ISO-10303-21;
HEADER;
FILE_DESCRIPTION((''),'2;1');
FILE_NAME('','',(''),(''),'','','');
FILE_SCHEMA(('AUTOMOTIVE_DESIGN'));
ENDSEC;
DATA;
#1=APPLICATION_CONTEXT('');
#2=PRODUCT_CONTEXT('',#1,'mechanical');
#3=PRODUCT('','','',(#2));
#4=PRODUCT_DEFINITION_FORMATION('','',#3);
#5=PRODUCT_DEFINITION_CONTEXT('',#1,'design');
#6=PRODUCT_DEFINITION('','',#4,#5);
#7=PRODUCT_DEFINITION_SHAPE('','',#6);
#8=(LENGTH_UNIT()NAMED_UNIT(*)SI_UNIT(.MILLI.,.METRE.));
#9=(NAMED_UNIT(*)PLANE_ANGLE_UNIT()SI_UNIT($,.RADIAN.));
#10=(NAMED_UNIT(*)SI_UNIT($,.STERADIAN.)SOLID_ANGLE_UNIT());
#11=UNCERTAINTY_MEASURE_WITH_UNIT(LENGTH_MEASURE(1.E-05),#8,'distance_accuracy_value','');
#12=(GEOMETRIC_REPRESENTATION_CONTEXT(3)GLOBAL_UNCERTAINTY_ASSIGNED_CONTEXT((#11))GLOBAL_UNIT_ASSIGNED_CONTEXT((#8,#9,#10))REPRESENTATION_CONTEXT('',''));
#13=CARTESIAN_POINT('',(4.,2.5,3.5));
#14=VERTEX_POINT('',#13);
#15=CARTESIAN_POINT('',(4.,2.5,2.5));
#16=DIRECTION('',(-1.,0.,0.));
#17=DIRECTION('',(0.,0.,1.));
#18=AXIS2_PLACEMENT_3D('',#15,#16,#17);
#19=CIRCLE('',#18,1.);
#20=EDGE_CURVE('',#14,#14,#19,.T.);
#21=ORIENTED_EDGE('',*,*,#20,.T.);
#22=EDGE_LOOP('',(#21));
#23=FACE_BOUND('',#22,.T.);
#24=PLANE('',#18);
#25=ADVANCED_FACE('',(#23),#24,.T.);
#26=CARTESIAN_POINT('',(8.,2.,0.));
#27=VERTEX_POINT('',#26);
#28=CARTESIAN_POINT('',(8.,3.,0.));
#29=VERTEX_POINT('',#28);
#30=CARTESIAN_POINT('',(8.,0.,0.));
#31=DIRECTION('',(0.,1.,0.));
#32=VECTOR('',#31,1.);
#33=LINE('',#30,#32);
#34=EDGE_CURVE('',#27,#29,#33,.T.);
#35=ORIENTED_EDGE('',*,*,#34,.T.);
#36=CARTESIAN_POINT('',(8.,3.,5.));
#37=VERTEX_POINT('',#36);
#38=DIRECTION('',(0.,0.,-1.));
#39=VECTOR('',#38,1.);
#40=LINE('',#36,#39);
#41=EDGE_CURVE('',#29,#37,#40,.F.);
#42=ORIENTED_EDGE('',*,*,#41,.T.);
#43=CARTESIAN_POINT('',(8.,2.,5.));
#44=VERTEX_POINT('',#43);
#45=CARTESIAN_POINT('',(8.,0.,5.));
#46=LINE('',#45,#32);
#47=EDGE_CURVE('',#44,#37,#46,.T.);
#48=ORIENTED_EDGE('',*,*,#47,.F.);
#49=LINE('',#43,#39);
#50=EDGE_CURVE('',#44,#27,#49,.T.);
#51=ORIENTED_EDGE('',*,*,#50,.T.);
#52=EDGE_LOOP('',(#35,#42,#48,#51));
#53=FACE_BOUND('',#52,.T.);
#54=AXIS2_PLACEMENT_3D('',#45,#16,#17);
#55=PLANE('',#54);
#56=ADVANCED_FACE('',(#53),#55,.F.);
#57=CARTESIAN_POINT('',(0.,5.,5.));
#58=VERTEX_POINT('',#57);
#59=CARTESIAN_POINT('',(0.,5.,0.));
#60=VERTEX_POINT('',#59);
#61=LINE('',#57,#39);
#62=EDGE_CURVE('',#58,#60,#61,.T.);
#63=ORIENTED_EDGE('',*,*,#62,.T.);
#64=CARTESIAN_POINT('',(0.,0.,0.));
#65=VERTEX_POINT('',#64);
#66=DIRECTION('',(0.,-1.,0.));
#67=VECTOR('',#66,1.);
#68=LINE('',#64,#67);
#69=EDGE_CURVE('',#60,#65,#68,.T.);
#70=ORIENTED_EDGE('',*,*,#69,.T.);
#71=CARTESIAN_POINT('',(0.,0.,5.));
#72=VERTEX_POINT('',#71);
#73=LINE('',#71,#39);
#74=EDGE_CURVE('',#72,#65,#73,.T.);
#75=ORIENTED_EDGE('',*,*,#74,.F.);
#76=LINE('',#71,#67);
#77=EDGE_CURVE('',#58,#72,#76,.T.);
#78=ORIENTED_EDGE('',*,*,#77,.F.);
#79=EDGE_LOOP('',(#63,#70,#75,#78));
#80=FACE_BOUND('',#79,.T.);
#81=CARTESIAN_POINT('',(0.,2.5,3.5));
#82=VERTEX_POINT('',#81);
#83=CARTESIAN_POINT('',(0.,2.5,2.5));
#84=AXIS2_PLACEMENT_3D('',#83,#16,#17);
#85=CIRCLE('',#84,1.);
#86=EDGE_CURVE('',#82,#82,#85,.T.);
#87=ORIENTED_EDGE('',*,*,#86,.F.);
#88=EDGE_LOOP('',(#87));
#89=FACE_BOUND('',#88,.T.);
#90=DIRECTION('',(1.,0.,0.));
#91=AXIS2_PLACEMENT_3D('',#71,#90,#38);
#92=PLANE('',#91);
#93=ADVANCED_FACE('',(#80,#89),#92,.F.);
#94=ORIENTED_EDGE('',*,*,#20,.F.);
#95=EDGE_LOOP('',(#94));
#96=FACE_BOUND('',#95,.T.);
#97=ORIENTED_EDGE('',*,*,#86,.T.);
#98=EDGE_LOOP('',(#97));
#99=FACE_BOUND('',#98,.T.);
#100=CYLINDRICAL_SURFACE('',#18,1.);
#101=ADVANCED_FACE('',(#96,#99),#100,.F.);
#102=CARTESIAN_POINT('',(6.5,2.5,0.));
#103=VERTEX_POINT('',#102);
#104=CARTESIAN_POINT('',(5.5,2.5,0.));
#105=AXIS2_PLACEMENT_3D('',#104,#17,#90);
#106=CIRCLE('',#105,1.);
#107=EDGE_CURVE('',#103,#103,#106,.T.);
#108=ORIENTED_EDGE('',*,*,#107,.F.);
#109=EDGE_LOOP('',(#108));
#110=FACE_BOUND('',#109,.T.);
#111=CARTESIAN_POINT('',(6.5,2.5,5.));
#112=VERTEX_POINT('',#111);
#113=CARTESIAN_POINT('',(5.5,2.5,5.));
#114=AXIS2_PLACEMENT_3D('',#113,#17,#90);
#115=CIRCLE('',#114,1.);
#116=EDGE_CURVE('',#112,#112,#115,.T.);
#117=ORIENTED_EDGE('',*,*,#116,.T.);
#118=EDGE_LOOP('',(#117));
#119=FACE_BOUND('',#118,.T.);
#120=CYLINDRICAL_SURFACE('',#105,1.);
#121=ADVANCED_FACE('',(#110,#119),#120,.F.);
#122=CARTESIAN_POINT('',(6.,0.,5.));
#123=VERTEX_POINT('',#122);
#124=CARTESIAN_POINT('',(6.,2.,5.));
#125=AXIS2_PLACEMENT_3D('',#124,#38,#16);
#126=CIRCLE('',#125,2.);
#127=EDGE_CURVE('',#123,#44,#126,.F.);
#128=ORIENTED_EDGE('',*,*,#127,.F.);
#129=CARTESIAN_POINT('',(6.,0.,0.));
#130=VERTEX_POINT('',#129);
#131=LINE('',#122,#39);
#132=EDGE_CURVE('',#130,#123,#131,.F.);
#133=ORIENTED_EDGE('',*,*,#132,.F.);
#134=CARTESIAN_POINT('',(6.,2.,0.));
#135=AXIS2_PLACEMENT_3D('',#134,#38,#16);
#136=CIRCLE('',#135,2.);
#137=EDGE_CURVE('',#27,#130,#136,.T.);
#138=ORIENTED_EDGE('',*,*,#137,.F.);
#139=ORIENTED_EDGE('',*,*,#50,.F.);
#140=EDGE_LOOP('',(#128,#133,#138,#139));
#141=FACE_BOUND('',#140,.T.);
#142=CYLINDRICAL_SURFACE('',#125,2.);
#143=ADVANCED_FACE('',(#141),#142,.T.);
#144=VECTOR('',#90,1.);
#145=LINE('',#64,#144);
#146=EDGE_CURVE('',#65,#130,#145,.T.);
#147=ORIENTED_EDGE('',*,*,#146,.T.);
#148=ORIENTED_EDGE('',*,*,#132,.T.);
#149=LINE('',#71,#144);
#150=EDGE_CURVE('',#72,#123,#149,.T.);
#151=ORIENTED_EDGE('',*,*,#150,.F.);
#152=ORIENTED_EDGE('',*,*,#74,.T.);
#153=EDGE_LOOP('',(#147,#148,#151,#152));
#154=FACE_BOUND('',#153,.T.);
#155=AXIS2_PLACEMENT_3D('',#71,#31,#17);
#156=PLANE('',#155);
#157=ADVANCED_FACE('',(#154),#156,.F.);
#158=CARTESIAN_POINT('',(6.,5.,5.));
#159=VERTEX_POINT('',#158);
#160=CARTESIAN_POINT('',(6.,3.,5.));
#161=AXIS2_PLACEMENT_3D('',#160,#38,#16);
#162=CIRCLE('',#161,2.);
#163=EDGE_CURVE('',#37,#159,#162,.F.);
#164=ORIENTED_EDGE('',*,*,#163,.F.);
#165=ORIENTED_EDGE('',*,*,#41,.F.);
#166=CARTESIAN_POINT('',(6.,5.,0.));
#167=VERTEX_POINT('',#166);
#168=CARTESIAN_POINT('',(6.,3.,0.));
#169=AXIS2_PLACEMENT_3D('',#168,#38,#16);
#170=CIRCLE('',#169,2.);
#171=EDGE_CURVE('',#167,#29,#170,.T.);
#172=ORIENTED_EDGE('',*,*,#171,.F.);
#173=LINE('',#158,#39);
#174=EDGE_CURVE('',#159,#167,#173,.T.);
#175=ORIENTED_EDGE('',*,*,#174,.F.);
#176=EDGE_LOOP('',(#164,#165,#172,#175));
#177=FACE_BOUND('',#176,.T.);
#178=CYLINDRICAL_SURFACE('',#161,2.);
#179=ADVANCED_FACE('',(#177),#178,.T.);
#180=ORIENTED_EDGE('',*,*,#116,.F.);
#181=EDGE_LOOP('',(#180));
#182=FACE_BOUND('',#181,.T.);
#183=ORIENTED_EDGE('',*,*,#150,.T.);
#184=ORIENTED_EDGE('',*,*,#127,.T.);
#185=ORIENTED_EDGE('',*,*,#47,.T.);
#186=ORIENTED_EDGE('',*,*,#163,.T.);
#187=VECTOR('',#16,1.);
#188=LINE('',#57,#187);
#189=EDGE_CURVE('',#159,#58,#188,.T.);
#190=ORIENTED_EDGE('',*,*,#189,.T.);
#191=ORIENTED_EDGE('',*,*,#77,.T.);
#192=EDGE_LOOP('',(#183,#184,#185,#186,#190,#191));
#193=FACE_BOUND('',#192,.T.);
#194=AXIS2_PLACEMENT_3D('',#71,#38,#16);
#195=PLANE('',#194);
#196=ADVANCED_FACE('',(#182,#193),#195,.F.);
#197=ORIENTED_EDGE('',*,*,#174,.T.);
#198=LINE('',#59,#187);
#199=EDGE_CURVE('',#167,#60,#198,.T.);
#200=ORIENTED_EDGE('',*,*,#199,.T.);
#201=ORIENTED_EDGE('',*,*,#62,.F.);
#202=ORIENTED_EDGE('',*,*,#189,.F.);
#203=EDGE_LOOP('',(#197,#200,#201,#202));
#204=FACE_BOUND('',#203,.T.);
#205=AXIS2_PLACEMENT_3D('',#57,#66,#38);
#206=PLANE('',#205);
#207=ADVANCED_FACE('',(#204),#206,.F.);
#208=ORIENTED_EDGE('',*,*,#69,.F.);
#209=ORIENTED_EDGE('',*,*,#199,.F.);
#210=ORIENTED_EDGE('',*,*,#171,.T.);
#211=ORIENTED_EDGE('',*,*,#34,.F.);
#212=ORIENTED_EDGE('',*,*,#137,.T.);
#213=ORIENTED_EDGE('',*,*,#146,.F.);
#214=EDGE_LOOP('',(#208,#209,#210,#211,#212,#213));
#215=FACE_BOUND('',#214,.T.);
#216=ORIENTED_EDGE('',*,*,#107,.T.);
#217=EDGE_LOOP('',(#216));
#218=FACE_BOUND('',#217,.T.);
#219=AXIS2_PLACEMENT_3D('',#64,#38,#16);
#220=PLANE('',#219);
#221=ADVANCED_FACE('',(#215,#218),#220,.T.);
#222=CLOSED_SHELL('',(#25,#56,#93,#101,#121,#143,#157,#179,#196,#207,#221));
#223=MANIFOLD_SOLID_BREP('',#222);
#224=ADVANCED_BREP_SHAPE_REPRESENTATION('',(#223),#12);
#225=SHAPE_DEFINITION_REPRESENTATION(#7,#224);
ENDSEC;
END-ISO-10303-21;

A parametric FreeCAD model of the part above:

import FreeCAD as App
import Part
import Sketcher
from FreeCAD import Vector


def edges_at(feature, points):
    """Names of the edges that pass closest to the given points."""
    edges = feature.Shape.Edges
    near = lambda p: min(range(len(edges)), key=lambda i: edges[i].distToShape(Part.Vertex(*p))[0])
    return sorted({f"Edge{near(p) + 1}" for p in points})

doc = App.newDocument("Part")
body = doc.addObject("PartDesign::Body", "Body")

# Sketch on XY plane
sketch1 = body.newObject("Sketcher::SketchObject", "Sketch")
sketch1.AttachmentSupport = (doc.getObject("XY_Plane"), [""])
sketch1.MapMode = "FlatFace"
sketch1.addGeometry([
    Part.LineSegment(Vector(0, 5, 0), Vector(0, 0, 0)),
    Part.LineSegment(Vector(0, 0, 0), Vector(8, 0, 0)),
    Part.LineSegment(Vector(8, 0, 0), Vector(8, 5, 0)),
    Part.LineSegment(Vector(8, 5, 0), Vector(0, 5, 0)),
], False)
sketch1.addConstraint([
    Sketcher.Constraint("Coincident", 0, 2, 1, 1),
    Sketcher.Constraint("Coincident", 1, 2, 2, 1),
    Sketcher.Constraint("Coincident", 2, 2, 3, 1),
    Sketcher.Constraint("Coincident", 3, 2, 0, 1),
    Sketcher.Constraint("Vertical", 0),
    Sketcher.Constraint("Horizontal", 1),
    Sketcher.Constraint("Vertical", 2),
    Sketcher.Constraint("Horizontal", 3),
    Sketcher.Constraint("Coincident", 0, 2, -1, 1),
    Sketcher.Constraint("DistanceX", 1, 1, 1, 2, 8.0),
    Sketcher.Constraint("DistanceY", 0, 2, 0, 1, 5.0),
])
pad1 = body.newObject("PartDesign::Pad", "Pad")
pad1.Profile = sketch1
pad1.Length = 5

# Sketch on YZ plane
sketch2 = body.newObject("Sketcher::SketchObject", "Sketch001")
sketch2.AttachmentSupport = (doc.getObject("YZ_Plane"), [""])
sketch2.MapMode = "FlatFace"
sketch2.addGeometry(Part.Circle(Vector(2.5, 2.5, 0), Vector(0, 0, 1), 1), False)
sketch2.addConstraint([
    Sketcher.Constraint("Diameter", 0, 2.0),
    Sketcher.Constraint("DistanceX", -1, 1, 0, 3, 2.5),
    Sketcher.Constraint("DistanceY", -1, 1, 0, 3, 2.5),
])
pocket1 = body.newObject("PartDesign::Pocket", "Pocket")
pocket1.Profile = sketch2
pocket1.Length = 4
pocket1.Reversed = True

# Sketch on XY plane
sketch3 = body.newObject("Sketcher::SketchObject", "Sketch002")
sketch3.AttachmentSupport = (doc.getObject("XY_Plane"), [""])
sketch3.MapMode = "FlatFace"
sketch3.AttachmentOffset = App.Placement(Vector(0, 0, 5), App.Rotation())
sketch3.addGeometry(Part.Circle(Vector(5.5, 2.5, 0), Vector(0, 0, 1), 1), False)
sketch3.addConstraint([
    Sketcher.Constraint("Diameter", 0, 2.0),
    Sketcher.Constraint("DistanceX", -1, 1, 0, 3, 5.5),
    Sketcher.Constraint("DistanceY", -1, 1, 0, 3, 2.5),
])
pocket2 = body.newObject("PartDesign::Pocket", "Pocket001")
pocket2.Profile = sketch3
pocket2.Length = 5
doc.recompute()

fillet = body.newObject("PartDesign::Fillet", "Fillet")
fillet.Base = (pocket2, edges_at(pocket2, [(8, 5, 2.5), (8, 0, 2.5)]))
fillet.Radius = 2

doc.recompute()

________

What is needed:
Using the records above, copy word for word the line with "#17=DIRECTION('',(0.,0.,1.));", the line with "#49=LINE('',#43,#39);", and every line between them.

Reply to the exercise:
#17=DIRECTION('',(0.,0.,1.));
#18=AXIS2_PLACEMENT_3D('',#15,#16,#17);
#19=CIRCLE('',#18,1.);
#20=EDGE_CURVE('',#14,#14,#19,.T.);
#21=ORIENTED_EDGE('',*,*,#20,.T.);
#22=EDGE_LOOP('',(#21));
#23=FACE_BOUND('',#22,.T.);
#24=PLANE('',#18);
#25=ADVANCED_FACE('',(#23),#24,.T.);
#26=CARTESIAN_POINT('',(8.,2.,0.));
#27=VERTEX_POINT('',#26);
#28=CARTESIAN_POINT('',(8.,3.,0.));
#29=VERTEX_POINT('',#28);
#30=CARTESIAN_POINT('',(8.,0.,0.));
#31=DIRECTION('',(0.,1.,0.));
#32=VECTOR('',#31,1.);
#33=LINE('',#30,#32);
#34=EDGE_CURVE('',#27,#29,#33,.T.);
#35=ORIENTED_EDGE('',*,*,#34,.T.);
#36=CARTESIAN_POINT('',(8.,3.,5.));
#37=VERTEX_POINT('',#36);
#38=DIRECTION('',(0.,0.,-1.));
#39=VECTOR('',#38,1.);
#40=LINE('',#36,#39);
#41=EDGE_CURVE('',#29,#37,#40,.F.);
#42=ORIENTED_EDGE('',*,*,#41,.T.);
#43=CARTESIAN_POINT('',(8.,2.,5.));
#44=VERTEX_POINT('',#43);
#45=CARTESIAN_POINT('',(8.,0.,5.));
#46=LINE('',#45,#32);
#47=EDGE_CURVE('',#44,#37,#46,.T.);
#48=ORIENTED_EDGE('',*,*,#47,.F.);
#49=LINE('',#43,#39);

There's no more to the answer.